◆ What is required
Beneath this line is the data. Output exactly the lines from the line with "v -28.17 -27.024 14.251" to the line with "v -38.1 -19.05 39.37", both ends included, and nothing more.

Records excerpted from a collection:
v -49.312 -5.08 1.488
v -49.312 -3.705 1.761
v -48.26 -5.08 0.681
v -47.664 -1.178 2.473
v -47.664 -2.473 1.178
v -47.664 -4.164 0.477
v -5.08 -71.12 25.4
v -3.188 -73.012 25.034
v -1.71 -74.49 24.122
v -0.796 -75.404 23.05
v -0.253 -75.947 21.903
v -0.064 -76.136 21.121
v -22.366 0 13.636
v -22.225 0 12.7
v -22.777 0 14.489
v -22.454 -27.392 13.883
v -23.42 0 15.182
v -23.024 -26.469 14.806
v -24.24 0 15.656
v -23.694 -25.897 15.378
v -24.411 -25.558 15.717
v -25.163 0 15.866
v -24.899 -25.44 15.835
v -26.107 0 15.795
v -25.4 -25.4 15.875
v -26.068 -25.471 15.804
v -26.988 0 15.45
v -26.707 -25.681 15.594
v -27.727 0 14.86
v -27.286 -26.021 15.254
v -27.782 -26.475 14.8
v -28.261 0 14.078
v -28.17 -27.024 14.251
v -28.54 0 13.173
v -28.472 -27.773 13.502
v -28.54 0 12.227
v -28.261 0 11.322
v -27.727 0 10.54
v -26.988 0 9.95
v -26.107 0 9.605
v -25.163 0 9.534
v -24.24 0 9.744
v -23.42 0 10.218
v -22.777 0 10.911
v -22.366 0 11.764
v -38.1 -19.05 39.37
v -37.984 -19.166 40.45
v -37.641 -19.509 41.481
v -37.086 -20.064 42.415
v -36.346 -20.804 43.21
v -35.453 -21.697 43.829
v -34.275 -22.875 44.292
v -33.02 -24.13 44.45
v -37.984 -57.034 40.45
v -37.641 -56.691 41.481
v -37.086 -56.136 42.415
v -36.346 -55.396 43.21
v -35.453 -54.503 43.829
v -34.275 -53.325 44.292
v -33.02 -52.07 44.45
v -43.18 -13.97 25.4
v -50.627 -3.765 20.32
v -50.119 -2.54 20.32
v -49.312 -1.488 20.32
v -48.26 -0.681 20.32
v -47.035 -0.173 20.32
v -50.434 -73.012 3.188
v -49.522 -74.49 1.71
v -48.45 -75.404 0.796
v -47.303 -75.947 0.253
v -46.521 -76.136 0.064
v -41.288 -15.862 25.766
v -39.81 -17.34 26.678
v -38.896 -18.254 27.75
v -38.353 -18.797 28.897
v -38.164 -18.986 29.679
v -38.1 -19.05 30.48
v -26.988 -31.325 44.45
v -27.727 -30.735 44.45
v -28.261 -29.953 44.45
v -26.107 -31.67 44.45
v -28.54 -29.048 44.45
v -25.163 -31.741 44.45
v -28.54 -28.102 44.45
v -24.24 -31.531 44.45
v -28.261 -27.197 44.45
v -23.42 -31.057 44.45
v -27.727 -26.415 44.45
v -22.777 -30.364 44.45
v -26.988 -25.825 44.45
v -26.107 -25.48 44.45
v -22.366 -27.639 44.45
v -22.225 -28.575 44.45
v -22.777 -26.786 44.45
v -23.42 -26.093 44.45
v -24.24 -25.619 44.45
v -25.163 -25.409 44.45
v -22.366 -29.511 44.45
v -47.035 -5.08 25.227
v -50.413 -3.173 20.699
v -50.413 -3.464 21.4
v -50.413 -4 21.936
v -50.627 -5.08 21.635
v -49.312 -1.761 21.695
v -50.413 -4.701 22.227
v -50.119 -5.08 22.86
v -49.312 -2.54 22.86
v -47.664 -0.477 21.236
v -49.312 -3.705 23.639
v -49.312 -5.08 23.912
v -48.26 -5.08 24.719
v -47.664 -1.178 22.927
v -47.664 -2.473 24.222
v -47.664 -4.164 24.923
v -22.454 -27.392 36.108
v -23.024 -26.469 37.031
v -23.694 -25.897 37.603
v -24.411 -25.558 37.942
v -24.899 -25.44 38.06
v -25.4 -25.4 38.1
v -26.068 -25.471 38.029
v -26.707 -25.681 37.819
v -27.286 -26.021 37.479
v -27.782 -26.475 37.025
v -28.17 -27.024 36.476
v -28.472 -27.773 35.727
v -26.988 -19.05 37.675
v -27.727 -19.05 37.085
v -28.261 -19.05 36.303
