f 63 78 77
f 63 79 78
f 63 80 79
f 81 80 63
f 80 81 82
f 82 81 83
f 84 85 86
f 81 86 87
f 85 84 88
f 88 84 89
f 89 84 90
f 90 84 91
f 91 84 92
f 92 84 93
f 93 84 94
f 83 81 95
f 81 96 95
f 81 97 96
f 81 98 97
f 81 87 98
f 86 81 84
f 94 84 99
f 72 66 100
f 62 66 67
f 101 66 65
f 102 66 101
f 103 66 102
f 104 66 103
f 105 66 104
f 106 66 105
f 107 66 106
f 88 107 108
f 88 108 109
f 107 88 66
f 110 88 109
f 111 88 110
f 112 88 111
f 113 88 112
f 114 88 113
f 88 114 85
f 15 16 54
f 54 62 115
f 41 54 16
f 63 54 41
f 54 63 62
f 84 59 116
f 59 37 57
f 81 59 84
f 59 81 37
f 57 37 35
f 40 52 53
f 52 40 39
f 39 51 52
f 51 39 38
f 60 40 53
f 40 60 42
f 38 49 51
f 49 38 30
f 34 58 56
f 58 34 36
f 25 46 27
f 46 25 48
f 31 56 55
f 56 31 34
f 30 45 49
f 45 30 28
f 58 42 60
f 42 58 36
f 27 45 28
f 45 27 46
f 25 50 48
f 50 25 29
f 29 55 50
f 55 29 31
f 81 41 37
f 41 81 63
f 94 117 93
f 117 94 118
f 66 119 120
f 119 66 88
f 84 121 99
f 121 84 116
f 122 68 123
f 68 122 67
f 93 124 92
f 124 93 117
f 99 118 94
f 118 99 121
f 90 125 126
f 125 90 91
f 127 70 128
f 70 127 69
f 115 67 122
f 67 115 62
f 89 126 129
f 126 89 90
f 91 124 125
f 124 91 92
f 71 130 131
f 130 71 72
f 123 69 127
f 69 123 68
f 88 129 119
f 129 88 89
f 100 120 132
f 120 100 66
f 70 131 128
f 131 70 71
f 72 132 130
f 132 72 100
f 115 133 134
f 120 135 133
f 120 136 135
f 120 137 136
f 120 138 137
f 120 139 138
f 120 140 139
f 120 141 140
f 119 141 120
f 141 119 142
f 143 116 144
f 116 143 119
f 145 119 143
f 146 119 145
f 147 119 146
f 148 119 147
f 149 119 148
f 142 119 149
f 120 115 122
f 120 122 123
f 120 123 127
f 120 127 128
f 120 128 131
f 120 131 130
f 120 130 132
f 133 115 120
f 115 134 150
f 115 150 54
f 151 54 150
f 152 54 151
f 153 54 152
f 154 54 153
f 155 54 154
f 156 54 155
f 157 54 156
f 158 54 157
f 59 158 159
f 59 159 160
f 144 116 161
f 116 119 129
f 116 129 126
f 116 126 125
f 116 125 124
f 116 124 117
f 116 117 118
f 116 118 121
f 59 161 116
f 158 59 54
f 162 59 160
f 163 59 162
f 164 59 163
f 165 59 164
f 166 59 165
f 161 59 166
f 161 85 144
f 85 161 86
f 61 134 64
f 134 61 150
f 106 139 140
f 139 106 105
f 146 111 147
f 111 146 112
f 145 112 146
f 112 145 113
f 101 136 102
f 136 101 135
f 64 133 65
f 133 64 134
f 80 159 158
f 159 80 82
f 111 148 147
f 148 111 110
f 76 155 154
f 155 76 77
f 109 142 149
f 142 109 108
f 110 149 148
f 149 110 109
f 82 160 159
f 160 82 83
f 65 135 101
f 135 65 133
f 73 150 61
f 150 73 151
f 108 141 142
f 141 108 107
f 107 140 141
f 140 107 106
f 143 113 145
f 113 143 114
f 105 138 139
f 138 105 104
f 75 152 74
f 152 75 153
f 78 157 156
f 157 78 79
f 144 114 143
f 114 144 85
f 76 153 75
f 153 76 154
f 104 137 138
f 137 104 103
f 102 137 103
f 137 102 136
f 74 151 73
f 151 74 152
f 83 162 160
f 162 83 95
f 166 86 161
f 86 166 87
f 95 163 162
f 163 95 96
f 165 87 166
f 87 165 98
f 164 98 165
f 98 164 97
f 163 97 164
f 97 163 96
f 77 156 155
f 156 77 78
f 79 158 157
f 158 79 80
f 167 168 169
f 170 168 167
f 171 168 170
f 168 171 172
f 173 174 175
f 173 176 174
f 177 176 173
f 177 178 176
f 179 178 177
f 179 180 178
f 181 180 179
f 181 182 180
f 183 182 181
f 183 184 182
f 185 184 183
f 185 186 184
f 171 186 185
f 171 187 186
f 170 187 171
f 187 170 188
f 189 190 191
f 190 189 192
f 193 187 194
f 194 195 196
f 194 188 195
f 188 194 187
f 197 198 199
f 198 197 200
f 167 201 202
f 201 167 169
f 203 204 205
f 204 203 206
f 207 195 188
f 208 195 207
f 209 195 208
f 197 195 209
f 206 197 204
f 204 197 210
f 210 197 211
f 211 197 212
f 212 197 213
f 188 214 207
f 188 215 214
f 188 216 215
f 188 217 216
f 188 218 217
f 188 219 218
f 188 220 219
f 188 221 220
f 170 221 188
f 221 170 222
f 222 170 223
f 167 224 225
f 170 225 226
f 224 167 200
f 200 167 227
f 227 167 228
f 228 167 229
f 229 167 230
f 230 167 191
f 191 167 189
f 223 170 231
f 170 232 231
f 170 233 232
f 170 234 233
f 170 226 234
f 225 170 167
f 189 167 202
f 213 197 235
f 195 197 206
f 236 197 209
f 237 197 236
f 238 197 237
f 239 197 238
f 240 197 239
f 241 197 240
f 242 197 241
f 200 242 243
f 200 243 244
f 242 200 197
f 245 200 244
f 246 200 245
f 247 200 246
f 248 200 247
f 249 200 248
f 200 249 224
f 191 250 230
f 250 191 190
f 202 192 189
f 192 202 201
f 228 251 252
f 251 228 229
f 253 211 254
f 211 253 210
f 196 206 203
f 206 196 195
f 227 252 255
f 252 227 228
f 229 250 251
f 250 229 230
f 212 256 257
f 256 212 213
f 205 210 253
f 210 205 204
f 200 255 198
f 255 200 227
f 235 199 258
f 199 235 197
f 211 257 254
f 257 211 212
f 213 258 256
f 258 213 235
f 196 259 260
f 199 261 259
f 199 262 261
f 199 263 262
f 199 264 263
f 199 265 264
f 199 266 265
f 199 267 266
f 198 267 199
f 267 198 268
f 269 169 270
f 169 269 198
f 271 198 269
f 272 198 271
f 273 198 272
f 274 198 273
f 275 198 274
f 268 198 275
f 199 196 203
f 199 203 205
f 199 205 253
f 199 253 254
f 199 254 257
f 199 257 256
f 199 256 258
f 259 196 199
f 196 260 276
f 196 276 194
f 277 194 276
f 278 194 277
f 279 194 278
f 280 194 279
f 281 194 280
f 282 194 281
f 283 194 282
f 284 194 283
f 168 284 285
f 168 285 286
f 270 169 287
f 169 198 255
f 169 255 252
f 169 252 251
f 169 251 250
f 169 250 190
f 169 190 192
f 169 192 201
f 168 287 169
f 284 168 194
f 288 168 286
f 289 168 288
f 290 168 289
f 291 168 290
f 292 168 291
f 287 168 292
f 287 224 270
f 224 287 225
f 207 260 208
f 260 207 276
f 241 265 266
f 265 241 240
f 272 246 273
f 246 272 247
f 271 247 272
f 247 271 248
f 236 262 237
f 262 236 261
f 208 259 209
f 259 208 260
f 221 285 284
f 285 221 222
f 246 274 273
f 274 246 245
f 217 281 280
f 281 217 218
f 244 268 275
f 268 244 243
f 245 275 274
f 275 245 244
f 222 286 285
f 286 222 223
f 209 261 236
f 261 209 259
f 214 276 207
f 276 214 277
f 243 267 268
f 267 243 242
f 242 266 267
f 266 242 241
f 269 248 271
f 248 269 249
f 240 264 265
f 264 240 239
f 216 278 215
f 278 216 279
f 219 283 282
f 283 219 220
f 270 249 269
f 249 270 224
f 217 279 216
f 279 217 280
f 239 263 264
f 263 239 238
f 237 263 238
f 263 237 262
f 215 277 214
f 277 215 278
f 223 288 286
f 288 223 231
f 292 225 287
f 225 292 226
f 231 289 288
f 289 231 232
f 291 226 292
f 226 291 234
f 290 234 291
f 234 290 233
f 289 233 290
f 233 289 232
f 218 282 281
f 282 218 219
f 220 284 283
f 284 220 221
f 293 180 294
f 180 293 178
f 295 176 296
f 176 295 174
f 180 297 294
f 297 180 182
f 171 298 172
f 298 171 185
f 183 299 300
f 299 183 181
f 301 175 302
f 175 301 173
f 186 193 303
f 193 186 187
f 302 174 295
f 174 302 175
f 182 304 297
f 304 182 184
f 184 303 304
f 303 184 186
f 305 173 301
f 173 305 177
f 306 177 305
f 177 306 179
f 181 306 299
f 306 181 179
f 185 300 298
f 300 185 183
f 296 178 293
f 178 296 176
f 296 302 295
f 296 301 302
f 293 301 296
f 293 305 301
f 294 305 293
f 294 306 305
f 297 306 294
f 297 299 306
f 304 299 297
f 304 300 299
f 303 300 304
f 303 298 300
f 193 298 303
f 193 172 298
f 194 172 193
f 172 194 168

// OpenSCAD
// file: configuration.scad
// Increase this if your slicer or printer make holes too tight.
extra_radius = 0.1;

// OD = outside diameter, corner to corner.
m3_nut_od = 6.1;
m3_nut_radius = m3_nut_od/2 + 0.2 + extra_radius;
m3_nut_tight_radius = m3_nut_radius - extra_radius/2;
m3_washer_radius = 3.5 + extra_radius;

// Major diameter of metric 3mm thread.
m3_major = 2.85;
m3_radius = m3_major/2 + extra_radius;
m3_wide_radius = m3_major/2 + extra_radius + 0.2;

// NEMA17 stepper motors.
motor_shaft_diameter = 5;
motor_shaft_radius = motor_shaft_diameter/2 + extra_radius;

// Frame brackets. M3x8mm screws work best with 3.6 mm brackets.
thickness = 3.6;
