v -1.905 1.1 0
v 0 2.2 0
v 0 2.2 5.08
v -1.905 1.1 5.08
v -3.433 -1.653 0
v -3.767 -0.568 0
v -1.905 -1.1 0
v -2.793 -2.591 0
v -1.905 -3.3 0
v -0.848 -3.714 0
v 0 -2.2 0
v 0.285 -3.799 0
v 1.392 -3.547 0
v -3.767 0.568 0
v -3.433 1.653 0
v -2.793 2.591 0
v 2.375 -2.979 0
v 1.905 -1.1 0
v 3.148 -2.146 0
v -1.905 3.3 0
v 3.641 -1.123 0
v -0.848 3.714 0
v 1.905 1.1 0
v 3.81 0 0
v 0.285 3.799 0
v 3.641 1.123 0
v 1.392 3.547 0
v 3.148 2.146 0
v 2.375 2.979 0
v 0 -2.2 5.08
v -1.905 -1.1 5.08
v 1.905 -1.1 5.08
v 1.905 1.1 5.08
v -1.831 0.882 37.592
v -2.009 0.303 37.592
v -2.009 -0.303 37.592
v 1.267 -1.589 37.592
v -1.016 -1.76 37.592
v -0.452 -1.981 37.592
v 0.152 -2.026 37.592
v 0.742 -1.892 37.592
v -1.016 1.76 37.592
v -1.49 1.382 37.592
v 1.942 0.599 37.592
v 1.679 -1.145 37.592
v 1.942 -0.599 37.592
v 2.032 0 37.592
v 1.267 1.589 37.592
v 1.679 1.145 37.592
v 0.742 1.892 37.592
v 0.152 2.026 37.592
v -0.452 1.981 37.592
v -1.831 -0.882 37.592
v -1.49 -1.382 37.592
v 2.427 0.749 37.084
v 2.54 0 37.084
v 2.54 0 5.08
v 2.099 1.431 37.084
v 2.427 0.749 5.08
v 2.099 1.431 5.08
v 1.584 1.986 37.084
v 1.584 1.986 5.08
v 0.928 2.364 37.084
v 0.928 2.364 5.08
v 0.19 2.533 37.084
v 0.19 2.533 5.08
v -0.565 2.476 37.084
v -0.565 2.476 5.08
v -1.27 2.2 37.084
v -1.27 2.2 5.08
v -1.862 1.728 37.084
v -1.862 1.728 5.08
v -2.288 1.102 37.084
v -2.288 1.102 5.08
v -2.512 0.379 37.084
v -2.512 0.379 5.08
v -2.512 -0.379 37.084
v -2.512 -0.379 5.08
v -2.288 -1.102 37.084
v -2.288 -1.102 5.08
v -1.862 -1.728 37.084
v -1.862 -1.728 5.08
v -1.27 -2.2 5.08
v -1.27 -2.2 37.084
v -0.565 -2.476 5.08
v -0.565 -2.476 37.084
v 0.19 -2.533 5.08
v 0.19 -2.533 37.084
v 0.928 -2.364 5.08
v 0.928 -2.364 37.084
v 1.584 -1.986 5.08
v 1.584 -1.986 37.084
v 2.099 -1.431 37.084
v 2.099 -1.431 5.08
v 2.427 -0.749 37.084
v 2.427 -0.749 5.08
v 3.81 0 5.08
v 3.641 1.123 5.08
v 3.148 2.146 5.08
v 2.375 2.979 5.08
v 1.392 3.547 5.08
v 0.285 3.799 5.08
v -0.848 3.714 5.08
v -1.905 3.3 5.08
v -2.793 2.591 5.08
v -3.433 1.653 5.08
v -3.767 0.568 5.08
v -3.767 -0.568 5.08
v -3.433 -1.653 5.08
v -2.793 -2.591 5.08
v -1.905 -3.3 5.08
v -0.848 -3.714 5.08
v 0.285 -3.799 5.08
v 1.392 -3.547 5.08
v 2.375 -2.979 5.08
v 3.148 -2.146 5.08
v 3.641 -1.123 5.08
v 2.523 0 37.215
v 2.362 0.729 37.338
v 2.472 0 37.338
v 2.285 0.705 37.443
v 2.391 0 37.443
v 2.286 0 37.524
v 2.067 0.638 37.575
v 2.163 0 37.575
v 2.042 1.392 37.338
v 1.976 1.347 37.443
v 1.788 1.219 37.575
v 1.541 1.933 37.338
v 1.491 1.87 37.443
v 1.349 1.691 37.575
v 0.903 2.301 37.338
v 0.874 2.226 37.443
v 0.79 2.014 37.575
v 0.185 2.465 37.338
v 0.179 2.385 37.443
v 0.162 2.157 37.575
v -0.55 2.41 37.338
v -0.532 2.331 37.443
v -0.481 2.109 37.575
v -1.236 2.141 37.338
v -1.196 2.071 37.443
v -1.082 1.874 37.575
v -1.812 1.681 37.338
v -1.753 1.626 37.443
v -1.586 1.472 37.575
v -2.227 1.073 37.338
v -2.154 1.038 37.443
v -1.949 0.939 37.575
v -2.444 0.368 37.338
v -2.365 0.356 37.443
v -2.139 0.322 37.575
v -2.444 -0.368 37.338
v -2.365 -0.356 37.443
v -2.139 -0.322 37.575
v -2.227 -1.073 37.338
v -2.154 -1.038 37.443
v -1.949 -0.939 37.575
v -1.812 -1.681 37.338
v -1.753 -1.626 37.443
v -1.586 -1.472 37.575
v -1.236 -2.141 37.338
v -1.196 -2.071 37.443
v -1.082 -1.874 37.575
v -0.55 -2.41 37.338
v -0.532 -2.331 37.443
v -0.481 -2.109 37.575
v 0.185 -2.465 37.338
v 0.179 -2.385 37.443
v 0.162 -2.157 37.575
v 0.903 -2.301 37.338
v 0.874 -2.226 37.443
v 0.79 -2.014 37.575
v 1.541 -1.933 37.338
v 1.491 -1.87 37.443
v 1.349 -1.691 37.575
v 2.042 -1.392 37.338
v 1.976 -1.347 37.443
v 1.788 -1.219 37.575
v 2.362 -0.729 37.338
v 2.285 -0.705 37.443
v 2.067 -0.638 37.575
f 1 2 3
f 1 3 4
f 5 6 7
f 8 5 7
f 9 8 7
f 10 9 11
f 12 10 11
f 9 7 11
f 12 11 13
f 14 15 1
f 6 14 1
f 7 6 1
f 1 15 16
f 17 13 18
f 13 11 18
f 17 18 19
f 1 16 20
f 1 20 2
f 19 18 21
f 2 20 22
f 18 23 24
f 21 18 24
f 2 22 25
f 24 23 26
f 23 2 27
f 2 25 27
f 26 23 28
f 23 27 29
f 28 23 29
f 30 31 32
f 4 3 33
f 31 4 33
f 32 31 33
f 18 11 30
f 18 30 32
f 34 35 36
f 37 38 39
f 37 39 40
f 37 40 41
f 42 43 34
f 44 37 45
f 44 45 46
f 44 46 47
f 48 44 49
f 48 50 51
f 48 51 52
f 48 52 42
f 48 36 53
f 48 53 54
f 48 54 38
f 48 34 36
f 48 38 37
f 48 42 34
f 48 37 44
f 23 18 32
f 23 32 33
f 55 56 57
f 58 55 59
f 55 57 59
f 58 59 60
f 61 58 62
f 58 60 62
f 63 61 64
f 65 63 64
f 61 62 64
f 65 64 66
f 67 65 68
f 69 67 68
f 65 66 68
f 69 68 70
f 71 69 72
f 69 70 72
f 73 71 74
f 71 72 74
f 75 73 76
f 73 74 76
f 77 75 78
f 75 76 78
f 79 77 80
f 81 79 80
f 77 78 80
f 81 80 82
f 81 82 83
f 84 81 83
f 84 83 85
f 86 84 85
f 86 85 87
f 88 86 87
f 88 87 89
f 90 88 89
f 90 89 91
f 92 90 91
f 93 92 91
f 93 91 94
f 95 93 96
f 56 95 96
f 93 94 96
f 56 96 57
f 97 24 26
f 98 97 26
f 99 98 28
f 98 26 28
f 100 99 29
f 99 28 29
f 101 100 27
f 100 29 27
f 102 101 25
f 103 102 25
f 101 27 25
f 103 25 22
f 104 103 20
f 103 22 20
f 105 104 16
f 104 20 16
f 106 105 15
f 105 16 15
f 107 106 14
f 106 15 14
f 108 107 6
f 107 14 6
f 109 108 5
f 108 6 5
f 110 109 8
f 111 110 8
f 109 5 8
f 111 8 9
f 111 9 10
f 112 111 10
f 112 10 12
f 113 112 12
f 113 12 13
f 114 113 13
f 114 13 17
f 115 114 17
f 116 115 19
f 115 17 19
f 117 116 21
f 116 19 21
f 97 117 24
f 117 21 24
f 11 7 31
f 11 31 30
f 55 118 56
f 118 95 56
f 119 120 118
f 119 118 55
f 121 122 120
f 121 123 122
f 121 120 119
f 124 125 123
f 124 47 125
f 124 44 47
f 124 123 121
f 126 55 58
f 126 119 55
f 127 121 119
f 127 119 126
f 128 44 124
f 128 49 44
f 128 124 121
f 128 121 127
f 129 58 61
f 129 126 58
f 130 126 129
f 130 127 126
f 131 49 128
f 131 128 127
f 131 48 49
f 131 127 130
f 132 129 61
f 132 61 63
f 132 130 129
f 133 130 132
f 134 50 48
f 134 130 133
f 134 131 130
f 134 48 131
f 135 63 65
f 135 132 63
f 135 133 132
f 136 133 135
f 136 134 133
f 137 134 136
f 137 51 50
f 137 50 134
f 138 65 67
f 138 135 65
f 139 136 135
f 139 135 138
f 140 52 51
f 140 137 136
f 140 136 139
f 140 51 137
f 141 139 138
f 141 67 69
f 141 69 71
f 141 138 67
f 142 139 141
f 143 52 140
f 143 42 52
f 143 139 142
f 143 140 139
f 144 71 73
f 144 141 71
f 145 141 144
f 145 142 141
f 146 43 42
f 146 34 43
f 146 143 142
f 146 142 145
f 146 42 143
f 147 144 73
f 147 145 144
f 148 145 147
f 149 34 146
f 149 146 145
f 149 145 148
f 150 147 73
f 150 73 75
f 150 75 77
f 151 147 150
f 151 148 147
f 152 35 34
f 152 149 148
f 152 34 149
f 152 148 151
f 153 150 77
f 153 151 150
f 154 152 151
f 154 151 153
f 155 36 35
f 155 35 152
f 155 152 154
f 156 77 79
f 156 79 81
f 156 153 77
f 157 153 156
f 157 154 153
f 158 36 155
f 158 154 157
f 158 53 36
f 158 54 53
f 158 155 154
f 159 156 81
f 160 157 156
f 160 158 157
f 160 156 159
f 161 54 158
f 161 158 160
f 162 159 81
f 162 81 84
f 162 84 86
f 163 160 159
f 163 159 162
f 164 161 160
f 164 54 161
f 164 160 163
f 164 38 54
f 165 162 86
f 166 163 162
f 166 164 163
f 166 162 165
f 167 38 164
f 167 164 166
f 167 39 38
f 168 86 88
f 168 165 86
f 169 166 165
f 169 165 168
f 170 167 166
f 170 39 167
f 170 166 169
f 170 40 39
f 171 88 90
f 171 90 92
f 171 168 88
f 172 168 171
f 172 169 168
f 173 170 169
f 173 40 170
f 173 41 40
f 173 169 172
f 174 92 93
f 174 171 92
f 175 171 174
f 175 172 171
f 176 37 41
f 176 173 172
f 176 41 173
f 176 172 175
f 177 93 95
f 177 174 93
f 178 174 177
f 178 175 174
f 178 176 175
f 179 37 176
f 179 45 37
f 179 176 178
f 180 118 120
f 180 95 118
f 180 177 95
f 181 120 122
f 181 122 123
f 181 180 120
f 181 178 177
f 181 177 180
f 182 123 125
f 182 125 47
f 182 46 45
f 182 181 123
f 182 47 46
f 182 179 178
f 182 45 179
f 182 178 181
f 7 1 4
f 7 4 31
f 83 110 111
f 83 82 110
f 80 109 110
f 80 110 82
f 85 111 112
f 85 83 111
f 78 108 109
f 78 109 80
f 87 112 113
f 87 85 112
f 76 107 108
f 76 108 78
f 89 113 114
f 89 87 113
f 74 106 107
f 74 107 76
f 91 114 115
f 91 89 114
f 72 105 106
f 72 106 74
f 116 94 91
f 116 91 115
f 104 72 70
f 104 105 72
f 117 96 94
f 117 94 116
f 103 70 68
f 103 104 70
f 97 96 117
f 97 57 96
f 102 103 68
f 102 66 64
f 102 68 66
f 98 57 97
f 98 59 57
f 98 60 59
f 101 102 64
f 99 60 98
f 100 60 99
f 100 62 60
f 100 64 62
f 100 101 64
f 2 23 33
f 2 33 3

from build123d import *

# Parameters (mm, degrees)
SKETCH1_R           = 3.81
BOSS_EXTRUDE1_DEPTH = 5.08
SKETCH2_R           = 2.54
BOSS_EXTRUDE2_DEPTH = 32.512
FILLET1_R           = 0.508


with BuildPart() as part:
    # Sketch1 → Boss-Extrude1 (new body)
    with BuildSketch(Plane.XY):
        Circle(SKETCH1_R)
        Polygon((1.905, 1.099852263), (0, 2.199704526), (-1.905, 1.099852263), (-1.905, -1.099852263), (0, -2.199704526), (1.905, -1.099852263), align=None, mode=Mode.SUBTRACT)
    extrude(amount=BOSS_EXTRUDE1_DEPTH)

    # Sketch2 → Boss-Extrude2 (add)
    with BuildSketch(Plane.XY.offset(5.08)):
        Circle(SKETCH2_R)
    extrude(amount=BOSS_EXTRUDE2_DEPTH)

    # Fillet1
    fillet1_edges = [part.edges().sort_by_distance(p)[0] for p in [
        (-2.54, 0, 37.592),
    ]]
    fillet(fillet1_edges, radius=FILLET1_R)


solid = part.part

◆ Solution
v -28.17 -27.024 14.251
v -28.54 0 13.173
v -28.472 -27.773 13.502
v -28.54 0 12.227
v -28.261 0 11.322
v -27.727 0 10.54
v -26.988 0 9.95
v -26.107 0 9.605
v -25.163 0 9.534
v -24.24 0 9.744
v -23.42 0 10.218
v -22.777 0 10.911
v -22.366 0 11.764
v -38.1 -19.05 39.37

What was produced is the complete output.